Hüterin der vier Genfer Konventionen
Zudem ist die Organisation humanitär tätig, verteilt Lebensmittel, baut Zelte auf, bietet medizinische Versorgung. Millionen Menschen sind vor dem Hungertod gerettet worden. «Auf dem Terrain», wie es im IKRK heisst, also in den Kriegs- und Konfliktgebieten, leisten die Delegierten der Genfer Organisation teils hervorragende Arbeit – unter oft schrecklichen Bedingungen.
Aber das IKRK ist nicht nur eine humanitäre Organisation, die Hungernden, Verletzten und Gefangenen hilft. Sie ist die Hüterin der vier Genfer Konventionen und ihrer drei Zusatzprotokolle. Zusammen mit der Schweiz als Depositarstaat der Genfer Konventionen hat das IKRK das Mandat (die Aufgabe und die Pflicht), die Einhaltung des humanitären Völkerrechts zu überwachen und Schutz für die Opfer von bewaffneten Konflikten zu fordern. Hauptziel ist es, «die durch Krieg verursachten Leiden zu mildern» (4. Konvention/Artikel 13).
Für den Schutz jener, die nicht am Krieg beteiligt sind
Die Schweiz ist stolz auf die Genfer Konventionen – zu Recht. Henri Dunants Bericht über die Grausamkeiten der Schlacht bei Solferino hatten Schweizer Politiker, Diplomaten und Professoren während Jahrzehnten dazu bewogen, ein internationales Regelwerk zur Vermeidung schlimmster Auswirkungen des Krieges auszuarbeiten. Die Initialzündung zu den vier Genfer Konventionen und ihren Zusatzprotokollen kam aus der Schweiz. 1864 wurde die erste Genfer Konvention unterzeichnet. Seither strömten Tausende und Abertausende Diplomaten nach Genf und arbeiteten in unzähligen Konferenzen an der Weiterentwicklung des humanitären Völkerrechts.

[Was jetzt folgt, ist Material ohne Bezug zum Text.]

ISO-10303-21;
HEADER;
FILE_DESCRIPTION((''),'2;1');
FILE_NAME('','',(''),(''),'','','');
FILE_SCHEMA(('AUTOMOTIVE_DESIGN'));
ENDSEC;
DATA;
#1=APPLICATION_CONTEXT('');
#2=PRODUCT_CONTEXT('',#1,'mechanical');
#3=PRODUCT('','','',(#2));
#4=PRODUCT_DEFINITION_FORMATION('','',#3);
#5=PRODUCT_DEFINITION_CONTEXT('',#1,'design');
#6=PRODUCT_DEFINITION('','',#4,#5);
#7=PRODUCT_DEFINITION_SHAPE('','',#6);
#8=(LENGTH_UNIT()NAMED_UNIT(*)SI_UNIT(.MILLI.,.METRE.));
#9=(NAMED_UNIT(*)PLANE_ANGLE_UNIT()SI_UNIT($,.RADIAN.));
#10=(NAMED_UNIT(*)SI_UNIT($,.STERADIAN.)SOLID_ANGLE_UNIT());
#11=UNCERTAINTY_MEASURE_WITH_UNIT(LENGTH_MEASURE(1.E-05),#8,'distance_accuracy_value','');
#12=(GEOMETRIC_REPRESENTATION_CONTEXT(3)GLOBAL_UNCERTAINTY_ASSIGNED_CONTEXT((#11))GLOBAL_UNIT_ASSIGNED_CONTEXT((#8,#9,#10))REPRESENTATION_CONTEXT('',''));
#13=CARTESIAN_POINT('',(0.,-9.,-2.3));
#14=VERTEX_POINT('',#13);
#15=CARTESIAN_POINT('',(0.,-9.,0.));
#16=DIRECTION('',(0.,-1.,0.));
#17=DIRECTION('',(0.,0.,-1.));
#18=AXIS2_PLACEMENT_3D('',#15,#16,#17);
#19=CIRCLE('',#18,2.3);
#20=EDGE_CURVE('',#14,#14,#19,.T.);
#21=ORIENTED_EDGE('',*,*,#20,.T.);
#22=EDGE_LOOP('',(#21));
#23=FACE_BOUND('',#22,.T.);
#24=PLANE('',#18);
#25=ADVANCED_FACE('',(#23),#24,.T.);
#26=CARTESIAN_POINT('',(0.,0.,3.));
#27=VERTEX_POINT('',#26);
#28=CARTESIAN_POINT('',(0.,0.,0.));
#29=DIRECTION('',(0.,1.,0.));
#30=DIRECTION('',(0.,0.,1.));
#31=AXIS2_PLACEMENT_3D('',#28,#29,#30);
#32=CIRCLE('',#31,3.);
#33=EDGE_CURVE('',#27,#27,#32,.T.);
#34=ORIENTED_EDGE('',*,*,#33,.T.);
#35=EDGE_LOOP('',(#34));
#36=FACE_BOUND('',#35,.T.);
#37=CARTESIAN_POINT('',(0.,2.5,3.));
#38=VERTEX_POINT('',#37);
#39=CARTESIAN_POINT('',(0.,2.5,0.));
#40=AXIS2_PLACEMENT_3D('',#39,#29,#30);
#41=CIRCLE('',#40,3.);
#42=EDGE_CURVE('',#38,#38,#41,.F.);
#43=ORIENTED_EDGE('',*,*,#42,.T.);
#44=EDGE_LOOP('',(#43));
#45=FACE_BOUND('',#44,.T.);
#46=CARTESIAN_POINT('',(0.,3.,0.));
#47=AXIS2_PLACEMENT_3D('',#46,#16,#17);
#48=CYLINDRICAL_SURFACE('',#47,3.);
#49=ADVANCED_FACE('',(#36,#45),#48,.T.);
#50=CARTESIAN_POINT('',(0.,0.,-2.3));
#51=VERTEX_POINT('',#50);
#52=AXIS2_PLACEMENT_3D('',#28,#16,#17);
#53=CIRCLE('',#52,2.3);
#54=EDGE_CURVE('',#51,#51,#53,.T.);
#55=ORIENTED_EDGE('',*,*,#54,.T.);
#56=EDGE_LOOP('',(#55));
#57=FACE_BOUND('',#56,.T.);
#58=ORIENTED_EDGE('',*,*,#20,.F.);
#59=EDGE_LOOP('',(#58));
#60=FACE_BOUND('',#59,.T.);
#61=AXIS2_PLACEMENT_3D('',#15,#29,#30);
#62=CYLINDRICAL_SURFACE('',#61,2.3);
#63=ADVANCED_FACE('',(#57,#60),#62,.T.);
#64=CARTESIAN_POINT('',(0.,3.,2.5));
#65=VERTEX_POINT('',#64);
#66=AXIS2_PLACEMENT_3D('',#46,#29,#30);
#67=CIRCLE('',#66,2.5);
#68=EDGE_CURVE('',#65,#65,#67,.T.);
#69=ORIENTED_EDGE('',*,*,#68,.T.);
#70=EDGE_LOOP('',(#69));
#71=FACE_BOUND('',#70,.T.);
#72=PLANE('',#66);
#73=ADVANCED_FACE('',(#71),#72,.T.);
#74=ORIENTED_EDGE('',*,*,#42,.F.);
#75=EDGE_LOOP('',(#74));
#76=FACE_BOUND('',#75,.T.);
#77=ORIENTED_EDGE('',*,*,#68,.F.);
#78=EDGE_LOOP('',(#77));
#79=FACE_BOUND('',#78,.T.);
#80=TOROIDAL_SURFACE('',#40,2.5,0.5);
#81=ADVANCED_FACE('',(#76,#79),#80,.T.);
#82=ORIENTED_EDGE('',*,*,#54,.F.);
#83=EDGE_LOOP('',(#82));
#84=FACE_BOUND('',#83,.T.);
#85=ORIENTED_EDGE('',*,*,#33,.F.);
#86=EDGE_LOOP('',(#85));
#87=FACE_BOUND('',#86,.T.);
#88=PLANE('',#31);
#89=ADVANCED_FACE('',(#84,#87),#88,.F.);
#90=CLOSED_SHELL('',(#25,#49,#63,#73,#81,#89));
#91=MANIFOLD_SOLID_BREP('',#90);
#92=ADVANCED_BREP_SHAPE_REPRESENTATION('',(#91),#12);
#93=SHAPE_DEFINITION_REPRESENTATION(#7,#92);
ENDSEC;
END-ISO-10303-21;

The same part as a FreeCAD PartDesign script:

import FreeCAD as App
import Part
import Sketcher


def edges_at(feature, points):
    """Names of the edges that pass closest to the given points."""
    edges = feature.Shape.Edges
    near = lambda p: min(range(len(edges)), key=lambda i: edges[i].distToShape(Part.Vertex(*p))[0])
    return sorted({f"Edge{near(p) + 1}" for p in points})

doc = App.newDocument("Part")
params = doc.addObject("Spreadsheet::Sheet", "Params")
for row, (alias, value) in enumerate([
    ("sketch1_diameter", "6 mm"),
    ("pad1_length", "3 mm"),
    ("fillet_radius", "0.5 mm"),
    ("sketch2_diameter", "4.6 mm"),
    ("pad2_length", "9 mm"),
], start=1):
    params.set(f"A{row}", alias)
    params.set(f"B{row}", "=" + value)
    params.setAlias(f"B{row}", alias)

body = doc.addObject("PartDesign::Body", "Body")

sketch1 = doc.addObject("Sketcher::SketchObject", "Sketch")
body.addObject(sketch1)
sketch1.AttachmentSupport = (doc.XZ_Plane, [""])
sketch1.MapMode = "FlatFace"
sketch1.addGeometry(Part.Circle(App.Vector(0, 0, 0), App.Vector(0, 0, 1), 3), False)
sketch1.addConstraint(Sketcher.Constraint("Coincident", 0, 3, -1, 1))
sketch1.addConstraint(Sketcher.Constraint("Diameter", 0, 6.0))
sketch1.setExpression("Constraints[1]", "Params.sketch1_diameter")
pad1 = doc.addObject("PartDesign::Pad", "Pad")
body.addObject(pad1)
pad1.Profile = sketch1
pad1.setExpression("Length", "Params.pad1_length")
pad1.Reversed = True
doc.recompute()

fillet = doc.addObject("PartDesign::Fillet", "Fillet")
body.addObject(fillet)
fillet.Base = (pad1, edges_at(pad1, [(-3, 3, 0)]))
fillet.setExpression("Radius", "Params.fillet_radius")

sketch2 = doc.addObject("Sketcher::SketchObject", "Sketch001")
body.addObject(sketch2)
sketch2.AttachmentSupport = (doc.XZ_Plane, [""])
sketch2.MapMode = "FlatFace"
sketch2.addGeometry(Part.Circle(App.Vector(0, 0, 0), App.Vector(0, 0, 1), 2.3), False)
sketch2.addConstraint(Sketcher.Constraint("Coincident", 0, 3, -1, 1))
sketch2.addConstraint(Sketcher.Constraint("Diameter", 0, 4.6))
sketch2.setExpression("Constraints[1]", "Params.sketch2_diameter")
pad2 = doc.addObject("PartDesign::Pad", "Pad001")
body.addObject(pad2)
pad2.Profile = sketch2
pad2.setExpression("Length", "Params.pad2_length")

doc.recompute()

Die Genfer Konventionen sind das Rückgrat des humanitären Völkerrechts. Sie verbieten Kriege nicht, wie oft fälschlicherweise behauptet wird. Aber sie stellen Regeln auf, damit Kriege etwas weniger grausam sind. Vor allem wollen sie die Zivilbevölkerung vor den Auswirkungen der Kriege schützen. Der Schutz jener, die nicht am Krieg beteiligt sind – das ist der Kern des humanitären Völkerrechts. Artikel 35 des ersten Zusatzprotokolls der Genfer Konventionen lautet: «In einem bewaffneten Konflikt haben die am Konflikt beteiligten Parteien kein unbeschränktes Recht in der Wahl der Methoden und Mittel der Kriegführung.»
Verletzungen der Übereinkünfte gelten als «Kriegsverbrechen»
Die wichtigste Forderung der Genfer Konventionen ist: Die kriegführenden Parteien müssen unterscheiden zwischen zivilen und militärischen Zielen. Ohne dass es so explizit gesagt wird: Militärische Ziele können im Krieg angegriffen werden, zivile Ziele müssen unter allen Umständen geschont werden. Städte und Dörfer dürfen nicht bombardiert werden. Spitäler und Schulen sind geschützt. Also: Angriffe auf Militärflughäfen, Kasernen oder Panzer: ja. Angriffe auf Zivilisten, die Bombardierung von Städten, Spitälern, Schulen und Wohnhäusern: nein.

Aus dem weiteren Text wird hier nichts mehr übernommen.